Quick recap: key relationships to remember
- Cooling rate controls texture: slow cooling yields coarse grains; fast cooling yields fine grains.
- Composition controls mineralogy: higher SiO2 generally means more felsic minerals; lower SiO2 correlates with mafic/ultramafic minerals.
- Magma evolves through crystallization (Bowen sequence) and/or melting and mixing; fractional crystallization changes melt composition over time.
- Buoyancy and viscosity govern magma ascent; temperature and silica content significantly influence viscosity.
- Country rock interactions (assimilation and xenoliths) record magma’s path through the crust and its depth of origin.
Glossary of important terms
- Magma: hot, molten rock beneath the surface.
- Lava: magma that reaches the surface.
- Country rock: preexisting rock surrounding a magma intrusion.

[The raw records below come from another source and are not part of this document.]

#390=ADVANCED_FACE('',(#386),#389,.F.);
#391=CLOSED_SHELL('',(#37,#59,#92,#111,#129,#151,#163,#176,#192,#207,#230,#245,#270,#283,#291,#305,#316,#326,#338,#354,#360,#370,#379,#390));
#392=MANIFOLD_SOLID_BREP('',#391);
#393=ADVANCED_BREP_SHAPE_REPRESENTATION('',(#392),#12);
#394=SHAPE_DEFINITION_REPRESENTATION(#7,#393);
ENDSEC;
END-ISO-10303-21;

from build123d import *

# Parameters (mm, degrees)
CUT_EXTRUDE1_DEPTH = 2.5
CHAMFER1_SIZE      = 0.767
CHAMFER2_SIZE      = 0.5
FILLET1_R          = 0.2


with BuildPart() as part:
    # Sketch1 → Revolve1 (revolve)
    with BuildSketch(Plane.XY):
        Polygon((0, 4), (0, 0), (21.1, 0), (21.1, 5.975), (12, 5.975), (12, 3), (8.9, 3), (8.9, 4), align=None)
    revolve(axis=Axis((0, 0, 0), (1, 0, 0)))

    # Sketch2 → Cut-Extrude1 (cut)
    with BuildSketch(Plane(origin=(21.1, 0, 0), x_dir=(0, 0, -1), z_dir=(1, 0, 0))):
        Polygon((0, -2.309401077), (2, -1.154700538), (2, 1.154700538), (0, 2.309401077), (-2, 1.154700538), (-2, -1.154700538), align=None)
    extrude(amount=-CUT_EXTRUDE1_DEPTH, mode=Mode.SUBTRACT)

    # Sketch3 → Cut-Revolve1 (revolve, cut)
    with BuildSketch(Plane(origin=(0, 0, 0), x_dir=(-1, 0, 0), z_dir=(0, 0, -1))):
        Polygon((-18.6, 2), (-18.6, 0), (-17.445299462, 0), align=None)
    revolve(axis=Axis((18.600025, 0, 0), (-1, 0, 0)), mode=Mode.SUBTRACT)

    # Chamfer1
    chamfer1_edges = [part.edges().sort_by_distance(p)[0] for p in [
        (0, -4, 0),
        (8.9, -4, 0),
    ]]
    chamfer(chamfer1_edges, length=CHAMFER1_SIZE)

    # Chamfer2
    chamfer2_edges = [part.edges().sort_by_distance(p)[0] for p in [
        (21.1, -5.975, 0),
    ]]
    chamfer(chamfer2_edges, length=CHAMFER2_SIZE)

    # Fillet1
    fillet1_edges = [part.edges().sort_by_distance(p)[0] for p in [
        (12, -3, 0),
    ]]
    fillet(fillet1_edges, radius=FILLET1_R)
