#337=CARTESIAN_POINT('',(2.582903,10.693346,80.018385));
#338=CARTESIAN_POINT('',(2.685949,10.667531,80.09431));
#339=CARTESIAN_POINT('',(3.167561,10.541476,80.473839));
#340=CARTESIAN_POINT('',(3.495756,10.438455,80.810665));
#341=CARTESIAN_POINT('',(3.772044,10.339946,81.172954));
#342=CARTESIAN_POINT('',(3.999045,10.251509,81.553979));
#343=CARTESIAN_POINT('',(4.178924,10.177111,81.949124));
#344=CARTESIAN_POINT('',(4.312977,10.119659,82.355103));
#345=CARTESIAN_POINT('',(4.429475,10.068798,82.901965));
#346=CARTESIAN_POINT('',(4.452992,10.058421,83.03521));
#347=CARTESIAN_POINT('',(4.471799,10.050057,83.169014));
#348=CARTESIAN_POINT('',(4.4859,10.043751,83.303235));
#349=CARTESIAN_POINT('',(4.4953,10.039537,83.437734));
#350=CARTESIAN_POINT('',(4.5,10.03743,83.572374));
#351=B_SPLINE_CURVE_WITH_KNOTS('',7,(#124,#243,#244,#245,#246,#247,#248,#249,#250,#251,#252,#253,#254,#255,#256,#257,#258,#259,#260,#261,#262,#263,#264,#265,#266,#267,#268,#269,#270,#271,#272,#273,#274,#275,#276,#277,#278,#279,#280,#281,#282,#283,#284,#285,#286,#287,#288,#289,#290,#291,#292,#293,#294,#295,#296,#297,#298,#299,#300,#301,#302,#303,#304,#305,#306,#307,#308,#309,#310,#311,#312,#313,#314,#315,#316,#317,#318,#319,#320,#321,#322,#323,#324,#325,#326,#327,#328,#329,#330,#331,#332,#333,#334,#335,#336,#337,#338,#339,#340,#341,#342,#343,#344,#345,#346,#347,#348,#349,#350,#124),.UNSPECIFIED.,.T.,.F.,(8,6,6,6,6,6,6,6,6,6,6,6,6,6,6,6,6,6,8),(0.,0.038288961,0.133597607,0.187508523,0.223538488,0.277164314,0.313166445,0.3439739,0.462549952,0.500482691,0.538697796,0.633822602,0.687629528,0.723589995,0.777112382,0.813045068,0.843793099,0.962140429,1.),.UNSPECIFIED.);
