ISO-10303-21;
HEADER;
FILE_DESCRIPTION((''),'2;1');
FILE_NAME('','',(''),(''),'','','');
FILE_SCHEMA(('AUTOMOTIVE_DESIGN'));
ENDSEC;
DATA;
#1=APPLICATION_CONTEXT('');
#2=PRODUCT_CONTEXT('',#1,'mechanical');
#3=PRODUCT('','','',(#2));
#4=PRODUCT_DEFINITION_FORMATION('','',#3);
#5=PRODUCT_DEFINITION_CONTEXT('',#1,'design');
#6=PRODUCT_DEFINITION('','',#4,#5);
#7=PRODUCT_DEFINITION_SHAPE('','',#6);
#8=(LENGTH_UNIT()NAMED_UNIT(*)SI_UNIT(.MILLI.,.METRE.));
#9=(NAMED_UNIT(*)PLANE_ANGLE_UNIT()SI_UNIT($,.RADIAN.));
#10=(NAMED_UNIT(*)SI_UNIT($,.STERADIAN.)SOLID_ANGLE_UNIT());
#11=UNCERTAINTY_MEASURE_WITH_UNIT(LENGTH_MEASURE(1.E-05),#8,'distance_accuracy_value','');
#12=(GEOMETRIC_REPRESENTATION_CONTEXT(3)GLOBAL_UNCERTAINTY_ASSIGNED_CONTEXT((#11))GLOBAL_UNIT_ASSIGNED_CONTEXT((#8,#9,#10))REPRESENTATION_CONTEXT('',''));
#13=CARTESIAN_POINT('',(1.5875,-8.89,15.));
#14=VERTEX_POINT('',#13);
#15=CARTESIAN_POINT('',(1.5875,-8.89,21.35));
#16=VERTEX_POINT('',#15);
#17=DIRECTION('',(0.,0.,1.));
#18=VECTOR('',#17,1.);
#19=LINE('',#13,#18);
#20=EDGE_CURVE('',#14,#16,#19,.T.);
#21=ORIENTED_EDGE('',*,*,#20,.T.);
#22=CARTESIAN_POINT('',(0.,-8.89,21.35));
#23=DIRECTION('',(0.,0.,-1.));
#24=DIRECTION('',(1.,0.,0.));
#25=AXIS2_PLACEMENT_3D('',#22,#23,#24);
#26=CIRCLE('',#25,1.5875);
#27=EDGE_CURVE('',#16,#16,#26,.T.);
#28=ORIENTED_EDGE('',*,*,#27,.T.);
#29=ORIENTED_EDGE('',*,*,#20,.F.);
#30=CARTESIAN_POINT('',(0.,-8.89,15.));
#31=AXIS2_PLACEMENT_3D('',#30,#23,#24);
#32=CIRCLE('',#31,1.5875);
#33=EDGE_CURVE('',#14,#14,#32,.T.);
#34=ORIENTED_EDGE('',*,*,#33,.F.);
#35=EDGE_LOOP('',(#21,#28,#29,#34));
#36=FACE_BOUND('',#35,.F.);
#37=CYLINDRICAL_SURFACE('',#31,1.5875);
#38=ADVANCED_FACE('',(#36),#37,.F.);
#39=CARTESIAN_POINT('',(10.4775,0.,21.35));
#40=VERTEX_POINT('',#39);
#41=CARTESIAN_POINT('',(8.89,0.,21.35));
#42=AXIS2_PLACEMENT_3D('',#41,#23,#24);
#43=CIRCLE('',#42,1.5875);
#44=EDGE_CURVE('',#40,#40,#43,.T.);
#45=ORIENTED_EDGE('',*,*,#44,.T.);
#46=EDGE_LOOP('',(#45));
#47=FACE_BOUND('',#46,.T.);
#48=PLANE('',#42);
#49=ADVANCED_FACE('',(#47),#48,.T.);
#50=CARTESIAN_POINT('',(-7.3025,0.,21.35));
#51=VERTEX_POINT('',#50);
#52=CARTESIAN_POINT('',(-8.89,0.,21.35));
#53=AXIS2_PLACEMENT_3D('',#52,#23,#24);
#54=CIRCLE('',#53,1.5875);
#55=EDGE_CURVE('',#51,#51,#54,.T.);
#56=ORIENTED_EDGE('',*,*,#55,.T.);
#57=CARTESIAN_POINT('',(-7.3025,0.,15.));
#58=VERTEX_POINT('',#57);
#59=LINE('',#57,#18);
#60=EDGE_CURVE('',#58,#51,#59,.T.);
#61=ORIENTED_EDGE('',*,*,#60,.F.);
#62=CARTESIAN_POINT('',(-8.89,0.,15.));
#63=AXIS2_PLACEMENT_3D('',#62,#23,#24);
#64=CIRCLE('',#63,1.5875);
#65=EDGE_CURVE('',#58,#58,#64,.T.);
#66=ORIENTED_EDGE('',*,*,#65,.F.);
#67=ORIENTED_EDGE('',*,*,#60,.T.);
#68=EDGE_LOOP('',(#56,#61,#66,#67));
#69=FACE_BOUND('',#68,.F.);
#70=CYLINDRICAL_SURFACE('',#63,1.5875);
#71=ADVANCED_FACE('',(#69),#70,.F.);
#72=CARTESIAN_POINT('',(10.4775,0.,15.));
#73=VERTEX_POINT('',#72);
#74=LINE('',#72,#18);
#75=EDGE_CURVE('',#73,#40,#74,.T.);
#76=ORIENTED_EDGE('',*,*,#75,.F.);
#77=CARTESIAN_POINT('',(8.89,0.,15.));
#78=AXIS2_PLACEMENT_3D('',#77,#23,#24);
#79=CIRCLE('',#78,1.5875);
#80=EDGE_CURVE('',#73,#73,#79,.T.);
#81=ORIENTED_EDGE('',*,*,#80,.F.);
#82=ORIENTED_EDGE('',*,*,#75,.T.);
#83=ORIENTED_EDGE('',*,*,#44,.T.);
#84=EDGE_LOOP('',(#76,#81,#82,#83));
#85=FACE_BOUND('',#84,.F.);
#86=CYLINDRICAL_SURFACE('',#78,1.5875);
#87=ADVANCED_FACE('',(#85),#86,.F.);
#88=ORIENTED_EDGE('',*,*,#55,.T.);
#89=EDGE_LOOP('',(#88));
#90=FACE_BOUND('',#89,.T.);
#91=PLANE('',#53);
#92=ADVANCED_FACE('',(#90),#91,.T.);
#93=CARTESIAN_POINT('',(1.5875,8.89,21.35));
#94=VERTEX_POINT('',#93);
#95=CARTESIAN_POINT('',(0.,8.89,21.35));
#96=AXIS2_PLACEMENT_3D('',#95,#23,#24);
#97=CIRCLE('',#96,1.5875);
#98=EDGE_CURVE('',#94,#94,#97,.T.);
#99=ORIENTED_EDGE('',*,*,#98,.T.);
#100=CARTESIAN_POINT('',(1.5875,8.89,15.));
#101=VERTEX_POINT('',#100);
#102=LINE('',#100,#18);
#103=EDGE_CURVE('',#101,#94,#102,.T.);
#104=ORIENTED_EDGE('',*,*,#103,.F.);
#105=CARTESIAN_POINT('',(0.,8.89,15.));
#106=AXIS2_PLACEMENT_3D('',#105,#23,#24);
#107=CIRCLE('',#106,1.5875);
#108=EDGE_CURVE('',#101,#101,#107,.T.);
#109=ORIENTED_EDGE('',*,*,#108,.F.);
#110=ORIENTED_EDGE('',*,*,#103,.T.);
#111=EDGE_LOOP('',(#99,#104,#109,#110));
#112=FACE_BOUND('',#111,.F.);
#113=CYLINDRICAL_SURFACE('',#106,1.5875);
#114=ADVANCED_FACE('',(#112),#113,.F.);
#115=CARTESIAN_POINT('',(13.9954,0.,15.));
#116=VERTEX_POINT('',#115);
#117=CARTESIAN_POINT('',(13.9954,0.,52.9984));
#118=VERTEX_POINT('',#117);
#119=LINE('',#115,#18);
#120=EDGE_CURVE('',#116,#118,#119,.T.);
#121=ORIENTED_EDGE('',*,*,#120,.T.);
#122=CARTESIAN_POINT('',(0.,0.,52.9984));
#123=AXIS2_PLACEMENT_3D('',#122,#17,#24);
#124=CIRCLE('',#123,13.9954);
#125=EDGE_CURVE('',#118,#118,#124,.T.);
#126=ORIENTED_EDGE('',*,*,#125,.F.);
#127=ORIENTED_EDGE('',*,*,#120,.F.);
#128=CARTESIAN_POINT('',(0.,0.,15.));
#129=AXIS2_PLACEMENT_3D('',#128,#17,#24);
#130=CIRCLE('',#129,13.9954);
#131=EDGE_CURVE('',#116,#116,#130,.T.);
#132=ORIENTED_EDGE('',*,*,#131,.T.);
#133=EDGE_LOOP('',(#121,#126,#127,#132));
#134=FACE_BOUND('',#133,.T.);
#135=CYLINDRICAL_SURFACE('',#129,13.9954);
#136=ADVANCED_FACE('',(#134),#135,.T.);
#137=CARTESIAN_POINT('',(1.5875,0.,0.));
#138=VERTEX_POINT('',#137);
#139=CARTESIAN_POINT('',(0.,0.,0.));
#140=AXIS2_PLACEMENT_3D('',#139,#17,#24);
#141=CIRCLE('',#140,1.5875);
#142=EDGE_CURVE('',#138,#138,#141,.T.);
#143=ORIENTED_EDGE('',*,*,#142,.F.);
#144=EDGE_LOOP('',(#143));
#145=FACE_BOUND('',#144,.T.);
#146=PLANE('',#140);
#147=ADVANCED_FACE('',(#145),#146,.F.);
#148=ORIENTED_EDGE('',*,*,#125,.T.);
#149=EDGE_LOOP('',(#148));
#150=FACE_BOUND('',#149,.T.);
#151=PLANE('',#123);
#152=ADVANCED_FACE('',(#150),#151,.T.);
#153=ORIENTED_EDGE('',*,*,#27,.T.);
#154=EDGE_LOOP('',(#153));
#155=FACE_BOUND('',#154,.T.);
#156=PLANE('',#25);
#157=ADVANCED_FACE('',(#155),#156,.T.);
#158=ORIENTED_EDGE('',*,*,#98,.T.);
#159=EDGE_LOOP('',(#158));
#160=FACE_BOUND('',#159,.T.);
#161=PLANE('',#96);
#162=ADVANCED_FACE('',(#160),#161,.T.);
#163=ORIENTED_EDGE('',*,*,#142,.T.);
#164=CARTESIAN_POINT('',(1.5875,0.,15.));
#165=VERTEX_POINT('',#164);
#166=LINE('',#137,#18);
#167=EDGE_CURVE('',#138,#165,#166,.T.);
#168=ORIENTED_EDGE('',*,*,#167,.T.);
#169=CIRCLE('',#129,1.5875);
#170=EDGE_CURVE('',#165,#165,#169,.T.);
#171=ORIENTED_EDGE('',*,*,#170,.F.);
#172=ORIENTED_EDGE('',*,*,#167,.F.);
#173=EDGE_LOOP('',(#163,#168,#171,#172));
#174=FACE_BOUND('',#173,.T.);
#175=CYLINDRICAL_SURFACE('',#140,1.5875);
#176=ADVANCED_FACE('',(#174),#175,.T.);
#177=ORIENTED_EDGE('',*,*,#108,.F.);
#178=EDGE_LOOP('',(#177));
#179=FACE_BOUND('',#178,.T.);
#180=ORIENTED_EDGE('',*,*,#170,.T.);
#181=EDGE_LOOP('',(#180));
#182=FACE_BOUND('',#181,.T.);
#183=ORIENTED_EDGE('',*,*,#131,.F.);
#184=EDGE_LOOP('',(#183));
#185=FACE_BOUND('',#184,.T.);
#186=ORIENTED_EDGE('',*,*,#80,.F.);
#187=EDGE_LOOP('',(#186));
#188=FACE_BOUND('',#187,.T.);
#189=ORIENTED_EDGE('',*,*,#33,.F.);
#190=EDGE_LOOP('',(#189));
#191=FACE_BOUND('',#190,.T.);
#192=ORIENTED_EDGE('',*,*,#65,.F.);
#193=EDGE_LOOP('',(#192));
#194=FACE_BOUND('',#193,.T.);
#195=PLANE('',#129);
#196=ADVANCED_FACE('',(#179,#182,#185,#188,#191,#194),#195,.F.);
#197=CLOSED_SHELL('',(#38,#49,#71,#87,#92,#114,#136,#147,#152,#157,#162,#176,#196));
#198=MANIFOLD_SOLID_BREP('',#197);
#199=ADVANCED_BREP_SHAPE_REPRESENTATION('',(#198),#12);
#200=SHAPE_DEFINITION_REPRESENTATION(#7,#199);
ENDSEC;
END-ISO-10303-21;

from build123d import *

# Parameters (mm, degrees)
F2_R     = 1.5875
F3_DEPTH = 6.35


with BuildPart() as f1:
    # F0 (on Front) → F1 (revolve)
    with BuildSketch(Plane.XZ):
        Polygon((0, 52.9984), (0, 0), (1.5875, 0), (1.5875, 15), (13.9954, 15), (13.9954, 52.9984), align=None)
    revolve(axis=Axis((0, 0, 34.635175), (0, 0, 1)))

    # F2 (on face) → F3 (cut)
    with BuildSketch(Plane(origin=(0, 0, 15), x_dir=(1, 0, 0), z_dir=(0, 0, -1))):
        with Locations((8.89, 0)):
            Circle(F2_R)
        with Locations((0, 8.89)):
            Circle(F2_R)
        with Locations((0, -8.89)):
            Circle(F2_R)
        with Locations((-8.89, 0)):
            Circle(F2_R)
    extrude(amount=-F3_DEPTH, mode=Mode.SUBTRACT)


solid = f1.part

- Xenolith: a fragment of country rock embedded in magma or erupted rocks.
- Pyroclasts: fragments of rock ejected during explosive volcanic eruptions.
- Intrusive (plutonic) rocks: rocks that crystallized below the surface.
- Extrusive (volcanic) rocks: rocks that crystallized at or near the surface.
- Felsic: silica- and light-element-rich, high silica rocks (often light-colored minerals like quartz and feldspars).
- Intermediate: composition between felsic and mafic.
- Mafic: silica-lower, magnesium- and iron-rich rocks.
- Ultramafic: very low silica content with high Mg and Fe content (e.g., olivine-dominated rocks).
- Bowen’s reaction series: the sequence of mineral crystallization with decreasing temperature.
- Fractional crystallization: removal of early-formed crystals from melt, progressively changing melt composition.
- Decompression melting: melting induced by pressure decrease rather than temperature increase.
- Peridotite: mantle rock composition; main source for many mantle-derived magmas.
- Komatiite: ultramafic extrusive rock associated with high degrees of mantle melting in Earth's history.
Equations and key numerical references (LaTeX)
- Magma temperature range:
630^{\circ}C \le T \le 1300^{\circ}C - Bowen’s crystallization temperature window (illustrative):
T \approx 1300^{\circ}C \rightarrow 750^{\circ}C - Silica tetrahedron unit (conceptual):
\mathrm{SiO_4}^{4-} - General trend: as silica content increases, Fe/Mg content tends to decrease while Na/K/Ca can vary, altering mineral stability and viscosity.
- Magma temperature range:
Notes for study and lab preparation
- Be able to distinguish intrusive vs extrusive textures by grain size and cooling rate.
- Recognize the four compositional classes and the role of silica in defining them.
- Understand how magma generation, ascent, and crystallization produce the diversity of rocks.
- Be familiar with the concept of country rock and xenoliths as field evidence for a shared magma source and crustal interaction.
- Know the basic Bowen sequence and its implications for mineralogy and rock type evolution.